Because master is used so commonly, that is what appears here in our example, but it should be easy for developers to adapt this if needed to another branch.

Do this if you are not already on master or use a dev branch if that is in need of repair.

git checkout master   # or your dev branch
git fetch  # update origin/master
git rebase origin/master   # this is the magic.

If you get conflicts, you must resolve them. Yes, it is a minor pain, and you think, hey, I already resolved some of these earlier, why do I have to do it again? But rebase is not smart enough to do that for you. We are only doing this because we had no other way to fix the large file issue. Just be glad you do not have to re-do conflicts for other users too. Sometimes you get lucky and the merges are simple.

vi conflicted-file    # resolve conflicts by editing carefully
git add conflicted-file
git rebase --continue

You can use this if something goes horribly wrong:

git rebase --abort

Sometimes it may get stuck on an empty one where nothing happened, or it was optimized out, just run this to skip to proceed.

git rebase --skip

Now all of your commits are together at the tip, and they have not been pushed to master yet of course.


GIT REBASE INTERACTIVE

Look at the history, all your commits should be at the tip. Stop if not. You should not even see as much as one merge.

Find how far back your unpushed commits go. Then use the sha hash Id of the parent of your commmits which is often the same as the value in origin/master. The goal here is to focus on which commits contain the bad large files that you do not want. We need to remove those files from those commits so it never happened.


Find common ancestor.

git merge-base master origin/master  # can use some dev branch instead of master.

This sha hash id for the common ancestral commit serves is our shaHashIdOnto value.

Save the output for use below and confirm these are your correct commits, and show the bad large files.

git log --stat shaHashIdOnto..HEAD > myCommits.txt  # which will have the too large files

Look at myCommits.txt, can refer to it later as needed. If you see commits that are NOT your work, stop, something is wrong. It should not have any merges in it. If you see that not all of your commits are there, stop, something is wrong.
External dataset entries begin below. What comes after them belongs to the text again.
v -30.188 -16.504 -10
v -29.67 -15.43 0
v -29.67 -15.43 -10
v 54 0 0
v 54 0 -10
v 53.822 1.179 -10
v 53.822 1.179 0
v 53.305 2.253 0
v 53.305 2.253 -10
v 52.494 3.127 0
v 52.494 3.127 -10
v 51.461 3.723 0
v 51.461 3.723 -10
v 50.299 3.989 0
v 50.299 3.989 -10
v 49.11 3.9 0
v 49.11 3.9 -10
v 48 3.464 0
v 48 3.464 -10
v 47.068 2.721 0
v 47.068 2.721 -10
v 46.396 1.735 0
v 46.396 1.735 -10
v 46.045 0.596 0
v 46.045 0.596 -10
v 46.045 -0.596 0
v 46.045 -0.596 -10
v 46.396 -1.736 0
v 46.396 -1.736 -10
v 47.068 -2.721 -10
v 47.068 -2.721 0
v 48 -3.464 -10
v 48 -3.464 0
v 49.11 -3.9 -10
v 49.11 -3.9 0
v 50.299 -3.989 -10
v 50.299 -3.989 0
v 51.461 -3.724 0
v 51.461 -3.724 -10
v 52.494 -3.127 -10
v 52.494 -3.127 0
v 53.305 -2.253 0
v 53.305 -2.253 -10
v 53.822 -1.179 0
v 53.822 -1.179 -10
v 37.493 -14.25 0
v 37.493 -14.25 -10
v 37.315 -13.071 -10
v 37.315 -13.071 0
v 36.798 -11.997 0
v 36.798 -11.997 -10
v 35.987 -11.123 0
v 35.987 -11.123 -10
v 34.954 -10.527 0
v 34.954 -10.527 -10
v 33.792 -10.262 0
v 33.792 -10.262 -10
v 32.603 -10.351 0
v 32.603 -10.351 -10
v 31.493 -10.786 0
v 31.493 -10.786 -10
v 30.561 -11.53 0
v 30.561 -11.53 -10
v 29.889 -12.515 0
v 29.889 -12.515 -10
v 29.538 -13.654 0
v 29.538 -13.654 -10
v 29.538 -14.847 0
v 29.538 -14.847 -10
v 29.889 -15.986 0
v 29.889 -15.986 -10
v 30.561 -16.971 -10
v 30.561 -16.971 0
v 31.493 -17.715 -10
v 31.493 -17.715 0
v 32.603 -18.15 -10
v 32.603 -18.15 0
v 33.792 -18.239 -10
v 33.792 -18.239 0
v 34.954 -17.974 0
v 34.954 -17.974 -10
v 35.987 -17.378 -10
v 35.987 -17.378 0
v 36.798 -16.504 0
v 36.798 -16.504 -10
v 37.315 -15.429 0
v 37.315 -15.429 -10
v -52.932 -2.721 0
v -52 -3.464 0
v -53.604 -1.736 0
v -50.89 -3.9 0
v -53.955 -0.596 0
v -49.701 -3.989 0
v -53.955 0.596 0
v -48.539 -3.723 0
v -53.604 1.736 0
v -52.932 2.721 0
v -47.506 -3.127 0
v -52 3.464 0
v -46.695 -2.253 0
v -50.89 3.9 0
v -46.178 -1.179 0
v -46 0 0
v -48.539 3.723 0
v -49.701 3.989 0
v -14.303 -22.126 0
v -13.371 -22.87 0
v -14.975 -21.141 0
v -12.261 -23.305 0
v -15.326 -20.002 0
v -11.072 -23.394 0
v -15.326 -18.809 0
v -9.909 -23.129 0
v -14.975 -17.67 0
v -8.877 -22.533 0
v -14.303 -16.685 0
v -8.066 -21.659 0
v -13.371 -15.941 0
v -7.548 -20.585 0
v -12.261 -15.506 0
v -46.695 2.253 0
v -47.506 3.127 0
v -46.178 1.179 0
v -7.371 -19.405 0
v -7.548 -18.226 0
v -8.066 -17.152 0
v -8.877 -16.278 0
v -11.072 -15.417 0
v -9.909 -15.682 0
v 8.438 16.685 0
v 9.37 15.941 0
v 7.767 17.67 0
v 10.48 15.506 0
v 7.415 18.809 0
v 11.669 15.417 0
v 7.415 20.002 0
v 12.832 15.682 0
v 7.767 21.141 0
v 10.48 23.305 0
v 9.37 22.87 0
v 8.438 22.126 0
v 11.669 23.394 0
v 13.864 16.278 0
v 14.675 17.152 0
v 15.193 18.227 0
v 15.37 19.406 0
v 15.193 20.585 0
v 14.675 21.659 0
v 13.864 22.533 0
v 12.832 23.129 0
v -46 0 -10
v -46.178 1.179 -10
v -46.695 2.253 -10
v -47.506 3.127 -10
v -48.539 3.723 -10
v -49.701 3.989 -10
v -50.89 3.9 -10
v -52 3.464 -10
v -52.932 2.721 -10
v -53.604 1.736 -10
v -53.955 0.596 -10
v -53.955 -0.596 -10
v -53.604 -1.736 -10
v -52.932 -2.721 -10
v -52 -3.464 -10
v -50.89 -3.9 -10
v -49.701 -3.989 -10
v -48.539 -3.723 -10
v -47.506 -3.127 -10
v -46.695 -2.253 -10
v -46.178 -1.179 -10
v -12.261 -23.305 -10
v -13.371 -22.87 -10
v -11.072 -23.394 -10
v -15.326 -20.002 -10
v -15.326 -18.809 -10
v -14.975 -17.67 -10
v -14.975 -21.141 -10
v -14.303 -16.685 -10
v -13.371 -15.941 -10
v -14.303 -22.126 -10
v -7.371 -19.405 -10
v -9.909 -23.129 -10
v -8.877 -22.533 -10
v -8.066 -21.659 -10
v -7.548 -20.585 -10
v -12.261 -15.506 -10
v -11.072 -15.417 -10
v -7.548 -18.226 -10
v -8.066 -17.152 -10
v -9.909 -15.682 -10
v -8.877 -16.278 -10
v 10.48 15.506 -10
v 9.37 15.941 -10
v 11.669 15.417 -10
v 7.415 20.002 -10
git rebase -i shaHashIdOnto    # Run this only after confirming it is the correct value.

The rebase command is going to pop up a list of commits with the default action "pick". It should contain the full list of all your unpushed commits on this branch. It should not show commits made by other people, they should all be your work. It should not have any merges in it. If it has the wrong stuff, abort the rebase (see below).

pick f26dd66 Oops large file
pick ce36c98 Oops large file and other stuff to keep.
pick f772d66 Other good stuff to keep

If you have a line for a commit that is no longer needed, for example, the only thing in that commit was the large file that you are trying to get rid of, then simply delete that line. Then the commit will simply be removed and disappear from the rebase result.

If the commit contains the large file but other stuff you want to keep, change it from "pick" to "edit". The system will stop at that commit, and let you edit it.

After changing the default commit list, we delete the first entry, change the 2nd to edit. Save and quit the editor.

edit ce36c98 Oops large file and other stuff to keep.
pick f772d66 Other good stuff to keep

As rebase stops at "Oops large file and other stuff to keep." Remove the offending file from the index.

git rm --cached someLargeFile

Amends the commit, -C HEAD instructs git to reuse the old commit message.

git commit --amend -C HEAD

Finally, git rebase --continue goes ahead with the rest of the rebase operation.

git rebase --continue

If all else fails, can do

git rebase --abort


FOLLOWUP

Finally without a large file in the branch history, we can push to shared repo. This is the whole reason we did all that work, so that we could do this. (If you repaired a dev branch, you will probably do something else here.)

git push   # if others pushed since your last update, you may have to git pull first.

If you earlier used git stash to put something aside, you can use it restore the unchecked in work:

git stash pop   # ONLY if you saved it aside with git stash earlier, and it makes sense.